MIC-DKFZ / nnUNet

Apache License 2.0
5.95k stars 1.77k forks source link

Memory Leak During Inference? #2522

Closed andy-s-ding closed 1 month ago

andy-s-ding commented 1 month ago

Hi, I had a question about inference. I trained nnUNet on a set of high resolution CT scans (512x512x512, 0.1mm^3/voxel), and inference has worked well with other CT scans of the same resolution and size. I recently tried to run inference on a CT scan obtained from a C-Arm (300x300x300, 0.5mm^3/voxel), which has a significantly smaller file size, but the process hangs before it even starts inference. Checking my System Monitor, I see that over the course of a couple hours, memory usage slowly creeps up until the process crashes completely.

I am running this on Ubuntu 22.04 LTS. File formats are .nii.gz. Below is the output from my Terminal. Any advice on this? Thank you!

(nnunetv2) andyding@andyding-Alienware-Aurora-R11:~/tbone-seg-nnunetv2$ nnUNetv2_predict -d Dataset101_TemporalBone -i /home/andyding/tbone-seg-nnunetv2/00_nnUNetv2_baseline_retrain/nnUNet_raw/Dataset101_TemporalBone/test_cadaver -o /home/andyding/tbone-seg-nnunetv2/00_nnUNetv2_baseline_retrain/nnUNet_raw/Dataset101_TemporalBone/test_cadaver/results -f  0 1 2 3 4 -tr nnUNetTrainer_300epochs -c 3d_fullres -p nnUNetPlans --verbose

#######################################################################
Please cite the following paper when using nnU-Net:
Isensee, F., Jaeger, P. F., Kohl, S. A., Petersen, J., & Maier-Hein, K. H. (2021). nnU-Net: a self-configuring method for deep learning-based biomedical image segmentation. Nature methods, 18(2), 203-211.
#######################################################################

/home/andyding/tbone-seg-nnunetv2/nnUNet/nnunetv2/inference/predict_from_raw_data.py:84: FutureWarning: You are using `torch.load` with `weights_only=False` (the current default value), which uses the default pickle module implicitly. It is possible to construct malicious pickle data which will execute arbitrary code during unpickling (See https://github.com/pytorch/pytorch/blob/main/SECURITY.md#untrusted-models for more details). In a future release, the default value for `weights_only` will be flipped to `True`. This limits the functions that could be executed during unpickling. Arbitrary objects will no longer be allowed to be loaded via this mode unless they are explicitly allowlisted by the user via `torch.serialization.add_safe_globals`. We recommend you start setting `weights_only=True` for any use case where you don't have full control of the loaded file. Please open an issue on GitHub for any issues related to this experimental feature.
  checkpoint = torch.load(join(model_training_output_dir, f'fold_{f}', checkpoint_name),
There are 1 cases in the source folder
I am process 0 out of 1 (max process ID is 0, we start counting with 0!)
There are 1 cases that I would like to predict
lin-tianyu commented 1 month ago

Same issue here, literally caused my server to shut down :(

andy-s-ding commented 1 month ago

Just wanted to follow up. It seems that I was wrong to assume that the input file size was the main factor for potential memory issues. It is actually the spatial dimensions of the input. Inference required predictions of 630 patches, then had to be resampled for export. The resampling step seems to be the culprit, as outlined in Issue #2192.

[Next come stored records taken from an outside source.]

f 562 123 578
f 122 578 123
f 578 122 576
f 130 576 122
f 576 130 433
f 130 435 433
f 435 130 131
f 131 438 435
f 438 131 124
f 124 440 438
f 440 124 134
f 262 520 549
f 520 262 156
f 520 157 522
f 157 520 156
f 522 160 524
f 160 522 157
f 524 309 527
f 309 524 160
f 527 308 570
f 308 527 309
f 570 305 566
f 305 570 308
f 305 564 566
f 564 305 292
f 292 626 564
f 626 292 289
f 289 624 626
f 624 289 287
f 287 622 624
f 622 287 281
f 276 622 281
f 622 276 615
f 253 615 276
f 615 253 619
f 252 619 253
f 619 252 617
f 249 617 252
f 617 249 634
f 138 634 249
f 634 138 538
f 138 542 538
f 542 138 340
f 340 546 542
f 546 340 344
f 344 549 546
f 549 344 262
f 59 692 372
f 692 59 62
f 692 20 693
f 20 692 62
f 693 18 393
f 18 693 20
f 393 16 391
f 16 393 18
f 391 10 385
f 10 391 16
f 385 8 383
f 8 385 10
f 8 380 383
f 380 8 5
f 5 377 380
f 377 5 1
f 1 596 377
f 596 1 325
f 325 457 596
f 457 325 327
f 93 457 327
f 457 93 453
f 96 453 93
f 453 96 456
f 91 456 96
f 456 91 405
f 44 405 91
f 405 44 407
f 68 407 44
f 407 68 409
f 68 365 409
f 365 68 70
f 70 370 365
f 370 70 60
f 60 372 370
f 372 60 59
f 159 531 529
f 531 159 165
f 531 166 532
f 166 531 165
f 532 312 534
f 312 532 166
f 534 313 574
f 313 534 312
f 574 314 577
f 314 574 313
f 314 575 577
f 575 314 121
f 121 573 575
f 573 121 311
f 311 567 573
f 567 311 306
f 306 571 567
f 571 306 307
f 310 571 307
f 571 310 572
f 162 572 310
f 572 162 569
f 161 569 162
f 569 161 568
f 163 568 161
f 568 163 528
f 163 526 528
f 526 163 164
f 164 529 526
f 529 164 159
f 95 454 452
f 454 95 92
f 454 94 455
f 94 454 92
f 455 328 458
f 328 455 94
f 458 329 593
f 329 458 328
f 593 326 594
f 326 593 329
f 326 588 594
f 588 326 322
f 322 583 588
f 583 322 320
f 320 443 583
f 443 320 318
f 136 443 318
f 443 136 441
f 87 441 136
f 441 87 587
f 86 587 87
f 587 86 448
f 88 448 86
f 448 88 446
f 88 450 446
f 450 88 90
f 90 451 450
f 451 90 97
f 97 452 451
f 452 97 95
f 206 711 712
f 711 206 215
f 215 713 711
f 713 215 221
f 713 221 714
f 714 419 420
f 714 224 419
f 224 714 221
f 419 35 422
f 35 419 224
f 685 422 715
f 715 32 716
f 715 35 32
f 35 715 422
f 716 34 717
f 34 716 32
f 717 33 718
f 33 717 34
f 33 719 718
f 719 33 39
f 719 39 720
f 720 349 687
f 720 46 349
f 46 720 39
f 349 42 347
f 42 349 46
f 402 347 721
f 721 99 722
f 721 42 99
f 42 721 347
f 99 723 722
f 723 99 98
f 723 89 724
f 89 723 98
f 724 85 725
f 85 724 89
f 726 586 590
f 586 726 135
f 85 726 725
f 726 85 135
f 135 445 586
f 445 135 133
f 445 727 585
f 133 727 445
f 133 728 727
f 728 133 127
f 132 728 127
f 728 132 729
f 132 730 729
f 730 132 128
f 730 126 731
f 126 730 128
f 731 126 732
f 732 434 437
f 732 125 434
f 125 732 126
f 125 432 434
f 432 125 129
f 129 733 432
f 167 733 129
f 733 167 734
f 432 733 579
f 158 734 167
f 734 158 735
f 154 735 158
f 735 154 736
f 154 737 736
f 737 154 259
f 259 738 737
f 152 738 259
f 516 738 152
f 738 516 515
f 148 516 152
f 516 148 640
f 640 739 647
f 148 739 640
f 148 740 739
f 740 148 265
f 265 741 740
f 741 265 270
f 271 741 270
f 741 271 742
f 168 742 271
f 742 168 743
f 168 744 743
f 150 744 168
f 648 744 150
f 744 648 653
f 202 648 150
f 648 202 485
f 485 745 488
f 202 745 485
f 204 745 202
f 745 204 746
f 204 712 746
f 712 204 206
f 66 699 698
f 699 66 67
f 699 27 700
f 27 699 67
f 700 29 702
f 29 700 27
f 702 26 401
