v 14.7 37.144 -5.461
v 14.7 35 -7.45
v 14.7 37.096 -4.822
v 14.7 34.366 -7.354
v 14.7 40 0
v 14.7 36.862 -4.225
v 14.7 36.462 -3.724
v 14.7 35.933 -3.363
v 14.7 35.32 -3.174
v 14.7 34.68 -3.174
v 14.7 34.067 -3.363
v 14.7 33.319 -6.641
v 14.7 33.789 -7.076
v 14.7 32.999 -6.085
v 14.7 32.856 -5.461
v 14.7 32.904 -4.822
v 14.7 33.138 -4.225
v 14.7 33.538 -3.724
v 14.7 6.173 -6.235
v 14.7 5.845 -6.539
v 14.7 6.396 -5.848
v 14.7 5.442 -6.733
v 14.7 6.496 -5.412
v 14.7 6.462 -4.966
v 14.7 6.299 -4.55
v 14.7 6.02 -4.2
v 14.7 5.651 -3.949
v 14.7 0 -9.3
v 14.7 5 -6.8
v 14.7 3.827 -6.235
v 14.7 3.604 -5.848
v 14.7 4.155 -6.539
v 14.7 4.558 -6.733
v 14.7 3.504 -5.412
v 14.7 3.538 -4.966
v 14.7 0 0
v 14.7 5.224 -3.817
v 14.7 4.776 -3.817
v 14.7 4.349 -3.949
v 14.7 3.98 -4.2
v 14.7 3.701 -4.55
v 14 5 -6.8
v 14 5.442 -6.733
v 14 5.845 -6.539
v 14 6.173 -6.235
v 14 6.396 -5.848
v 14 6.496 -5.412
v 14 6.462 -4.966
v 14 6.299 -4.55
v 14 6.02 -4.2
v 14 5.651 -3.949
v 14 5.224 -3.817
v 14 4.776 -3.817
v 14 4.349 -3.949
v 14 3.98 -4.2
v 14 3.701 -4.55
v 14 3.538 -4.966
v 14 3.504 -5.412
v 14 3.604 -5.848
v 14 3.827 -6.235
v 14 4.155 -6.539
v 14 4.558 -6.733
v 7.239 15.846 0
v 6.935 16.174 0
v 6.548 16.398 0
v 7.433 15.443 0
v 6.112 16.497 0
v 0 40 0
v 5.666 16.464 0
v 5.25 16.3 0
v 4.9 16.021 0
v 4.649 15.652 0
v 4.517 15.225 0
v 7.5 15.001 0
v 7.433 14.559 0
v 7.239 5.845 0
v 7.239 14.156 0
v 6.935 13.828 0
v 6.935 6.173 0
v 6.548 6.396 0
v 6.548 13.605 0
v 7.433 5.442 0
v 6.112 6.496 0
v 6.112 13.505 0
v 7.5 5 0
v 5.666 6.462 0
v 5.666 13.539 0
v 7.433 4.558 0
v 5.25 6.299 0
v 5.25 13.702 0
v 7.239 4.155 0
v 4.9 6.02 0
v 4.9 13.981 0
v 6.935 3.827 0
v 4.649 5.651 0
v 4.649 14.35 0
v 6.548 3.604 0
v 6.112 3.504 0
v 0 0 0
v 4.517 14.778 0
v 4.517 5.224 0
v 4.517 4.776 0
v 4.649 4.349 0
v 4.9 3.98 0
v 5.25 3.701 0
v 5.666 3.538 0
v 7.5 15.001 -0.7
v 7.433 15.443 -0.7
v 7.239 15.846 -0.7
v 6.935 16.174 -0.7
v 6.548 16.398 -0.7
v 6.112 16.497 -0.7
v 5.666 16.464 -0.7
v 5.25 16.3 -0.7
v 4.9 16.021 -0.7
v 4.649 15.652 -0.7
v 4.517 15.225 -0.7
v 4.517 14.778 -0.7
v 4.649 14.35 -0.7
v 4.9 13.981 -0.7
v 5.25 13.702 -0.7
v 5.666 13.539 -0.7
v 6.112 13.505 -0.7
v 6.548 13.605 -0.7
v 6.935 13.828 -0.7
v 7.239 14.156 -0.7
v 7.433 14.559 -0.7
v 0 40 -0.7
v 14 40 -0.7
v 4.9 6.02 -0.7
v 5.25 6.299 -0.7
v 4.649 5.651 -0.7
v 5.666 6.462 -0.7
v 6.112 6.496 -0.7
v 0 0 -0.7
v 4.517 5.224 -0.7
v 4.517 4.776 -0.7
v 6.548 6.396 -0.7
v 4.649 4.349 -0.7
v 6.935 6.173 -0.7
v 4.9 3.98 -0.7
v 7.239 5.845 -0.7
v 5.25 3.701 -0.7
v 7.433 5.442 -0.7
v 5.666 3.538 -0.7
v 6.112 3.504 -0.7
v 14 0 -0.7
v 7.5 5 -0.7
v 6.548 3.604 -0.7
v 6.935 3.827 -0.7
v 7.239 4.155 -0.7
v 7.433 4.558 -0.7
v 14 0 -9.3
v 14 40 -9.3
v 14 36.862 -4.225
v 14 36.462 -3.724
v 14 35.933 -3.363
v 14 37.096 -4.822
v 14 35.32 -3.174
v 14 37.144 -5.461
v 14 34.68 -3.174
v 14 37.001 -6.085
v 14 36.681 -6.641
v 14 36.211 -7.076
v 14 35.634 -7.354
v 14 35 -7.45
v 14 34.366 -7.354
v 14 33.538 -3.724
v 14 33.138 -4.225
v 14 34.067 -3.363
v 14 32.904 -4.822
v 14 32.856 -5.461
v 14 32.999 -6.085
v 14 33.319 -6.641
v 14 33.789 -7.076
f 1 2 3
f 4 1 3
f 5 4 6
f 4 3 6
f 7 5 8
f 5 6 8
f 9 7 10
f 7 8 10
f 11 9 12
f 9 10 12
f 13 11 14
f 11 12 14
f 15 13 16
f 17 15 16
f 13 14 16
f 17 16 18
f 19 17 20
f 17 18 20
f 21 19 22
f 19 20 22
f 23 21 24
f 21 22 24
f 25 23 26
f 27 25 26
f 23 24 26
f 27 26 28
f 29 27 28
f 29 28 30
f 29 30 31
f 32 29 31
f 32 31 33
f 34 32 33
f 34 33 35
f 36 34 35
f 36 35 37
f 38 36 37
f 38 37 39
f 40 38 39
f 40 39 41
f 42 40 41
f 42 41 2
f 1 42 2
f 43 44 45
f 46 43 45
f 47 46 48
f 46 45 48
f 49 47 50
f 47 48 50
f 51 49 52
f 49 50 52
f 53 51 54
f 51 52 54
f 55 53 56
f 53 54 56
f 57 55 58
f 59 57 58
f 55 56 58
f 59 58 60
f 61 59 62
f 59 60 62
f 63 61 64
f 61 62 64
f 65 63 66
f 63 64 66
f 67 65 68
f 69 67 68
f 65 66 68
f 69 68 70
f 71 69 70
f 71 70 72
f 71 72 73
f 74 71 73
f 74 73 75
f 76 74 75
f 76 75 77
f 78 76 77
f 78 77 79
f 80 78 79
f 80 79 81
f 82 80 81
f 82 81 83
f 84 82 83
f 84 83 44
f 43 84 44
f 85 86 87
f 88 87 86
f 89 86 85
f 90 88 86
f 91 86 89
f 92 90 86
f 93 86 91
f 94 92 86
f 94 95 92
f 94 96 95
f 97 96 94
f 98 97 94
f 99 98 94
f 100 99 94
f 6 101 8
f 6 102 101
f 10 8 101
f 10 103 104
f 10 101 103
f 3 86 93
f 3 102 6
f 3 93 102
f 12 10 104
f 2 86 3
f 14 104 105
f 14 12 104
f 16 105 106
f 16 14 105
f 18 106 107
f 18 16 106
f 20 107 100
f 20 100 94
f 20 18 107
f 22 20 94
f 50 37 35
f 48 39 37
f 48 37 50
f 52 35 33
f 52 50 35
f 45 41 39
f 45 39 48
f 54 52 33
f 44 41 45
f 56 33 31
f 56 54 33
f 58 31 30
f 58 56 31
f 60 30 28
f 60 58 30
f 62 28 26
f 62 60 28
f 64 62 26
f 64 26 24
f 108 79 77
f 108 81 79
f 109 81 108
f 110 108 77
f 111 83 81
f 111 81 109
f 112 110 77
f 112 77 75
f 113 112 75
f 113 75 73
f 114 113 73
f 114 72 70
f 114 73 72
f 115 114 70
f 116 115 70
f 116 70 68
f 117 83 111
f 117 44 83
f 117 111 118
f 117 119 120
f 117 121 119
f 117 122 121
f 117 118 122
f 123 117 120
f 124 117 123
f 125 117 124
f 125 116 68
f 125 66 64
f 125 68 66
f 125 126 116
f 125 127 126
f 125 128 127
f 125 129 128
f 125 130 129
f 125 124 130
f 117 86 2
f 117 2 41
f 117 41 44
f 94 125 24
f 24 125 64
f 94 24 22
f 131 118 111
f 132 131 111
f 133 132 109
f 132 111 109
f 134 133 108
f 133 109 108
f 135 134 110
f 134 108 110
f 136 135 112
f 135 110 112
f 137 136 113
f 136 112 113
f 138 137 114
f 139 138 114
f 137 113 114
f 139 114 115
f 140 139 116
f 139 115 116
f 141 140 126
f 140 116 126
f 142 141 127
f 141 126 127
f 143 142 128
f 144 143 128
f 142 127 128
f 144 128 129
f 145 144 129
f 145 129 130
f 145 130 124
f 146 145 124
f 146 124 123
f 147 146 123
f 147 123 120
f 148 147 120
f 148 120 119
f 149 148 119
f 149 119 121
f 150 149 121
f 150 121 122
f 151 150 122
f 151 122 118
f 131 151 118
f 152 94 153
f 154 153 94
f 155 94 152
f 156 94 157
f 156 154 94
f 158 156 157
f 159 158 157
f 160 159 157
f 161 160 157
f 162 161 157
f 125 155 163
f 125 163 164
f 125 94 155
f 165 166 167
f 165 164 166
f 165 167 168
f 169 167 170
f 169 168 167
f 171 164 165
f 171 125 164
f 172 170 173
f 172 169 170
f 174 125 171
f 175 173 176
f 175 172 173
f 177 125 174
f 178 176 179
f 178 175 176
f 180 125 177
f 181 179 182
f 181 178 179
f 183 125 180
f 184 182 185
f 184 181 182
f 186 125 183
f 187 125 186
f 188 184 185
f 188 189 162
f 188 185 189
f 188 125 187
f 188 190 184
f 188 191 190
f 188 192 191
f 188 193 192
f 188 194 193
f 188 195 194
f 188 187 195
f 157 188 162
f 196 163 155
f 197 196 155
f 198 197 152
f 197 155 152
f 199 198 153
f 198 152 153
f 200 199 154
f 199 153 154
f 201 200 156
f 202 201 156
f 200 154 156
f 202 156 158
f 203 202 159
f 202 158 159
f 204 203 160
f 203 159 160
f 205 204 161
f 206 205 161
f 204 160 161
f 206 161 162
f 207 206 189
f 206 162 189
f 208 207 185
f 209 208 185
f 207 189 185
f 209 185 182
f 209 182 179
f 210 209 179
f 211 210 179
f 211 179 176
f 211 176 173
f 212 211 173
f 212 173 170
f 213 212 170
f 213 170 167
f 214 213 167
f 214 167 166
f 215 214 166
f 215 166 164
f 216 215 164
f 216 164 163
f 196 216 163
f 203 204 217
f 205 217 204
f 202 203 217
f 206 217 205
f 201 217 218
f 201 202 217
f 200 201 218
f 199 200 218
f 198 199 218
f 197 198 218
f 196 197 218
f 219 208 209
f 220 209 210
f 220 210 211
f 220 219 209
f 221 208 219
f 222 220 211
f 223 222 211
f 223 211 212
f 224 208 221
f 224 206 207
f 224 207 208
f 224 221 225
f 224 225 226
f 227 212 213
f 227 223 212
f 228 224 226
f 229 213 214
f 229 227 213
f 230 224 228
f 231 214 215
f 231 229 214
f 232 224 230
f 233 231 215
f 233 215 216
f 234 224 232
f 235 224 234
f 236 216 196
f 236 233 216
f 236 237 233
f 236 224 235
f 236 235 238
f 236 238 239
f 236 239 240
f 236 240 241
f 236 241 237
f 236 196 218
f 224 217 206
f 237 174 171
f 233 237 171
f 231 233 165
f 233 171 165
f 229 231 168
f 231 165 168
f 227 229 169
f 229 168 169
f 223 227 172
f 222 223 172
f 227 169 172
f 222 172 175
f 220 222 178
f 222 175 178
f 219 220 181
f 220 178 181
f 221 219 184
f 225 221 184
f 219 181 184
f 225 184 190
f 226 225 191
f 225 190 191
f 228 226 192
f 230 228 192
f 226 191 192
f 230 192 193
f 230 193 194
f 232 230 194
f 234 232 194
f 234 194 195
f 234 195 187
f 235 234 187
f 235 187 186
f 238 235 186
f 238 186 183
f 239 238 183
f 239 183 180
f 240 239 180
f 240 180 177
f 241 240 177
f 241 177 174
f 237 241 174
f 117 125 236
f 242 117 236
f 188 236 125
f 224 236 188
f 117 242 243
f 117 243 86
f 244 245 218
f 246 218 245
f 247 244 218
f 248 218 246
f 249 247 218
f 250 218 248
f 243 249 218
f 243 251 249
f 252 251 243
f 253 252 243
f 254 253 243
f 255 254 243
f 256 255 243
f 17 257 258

Rather than breaking up my image into chunks, I used SimpleITK to resample my input image to the original_median_spacing_after_transp as outlined in the output plans.json file (luckily this was created before the process crashed).

Inference on this resampled image completed without issue. I will close this issue, as it is similar to #2192.

abhishekpatil32 commented 1 month ago

Hello @andy-s-ding,

The model that I am using has a very low spacing in the plans.json.

The "original_median_spacing_after_transp": [0.43164101243019104, 0.31200000643730164, 0.43164101243019104 ]"

When I try to convert the file to this spacing, the file size is huge around >2Gb and further to this I get memory issues. Is there a way to work around this issue??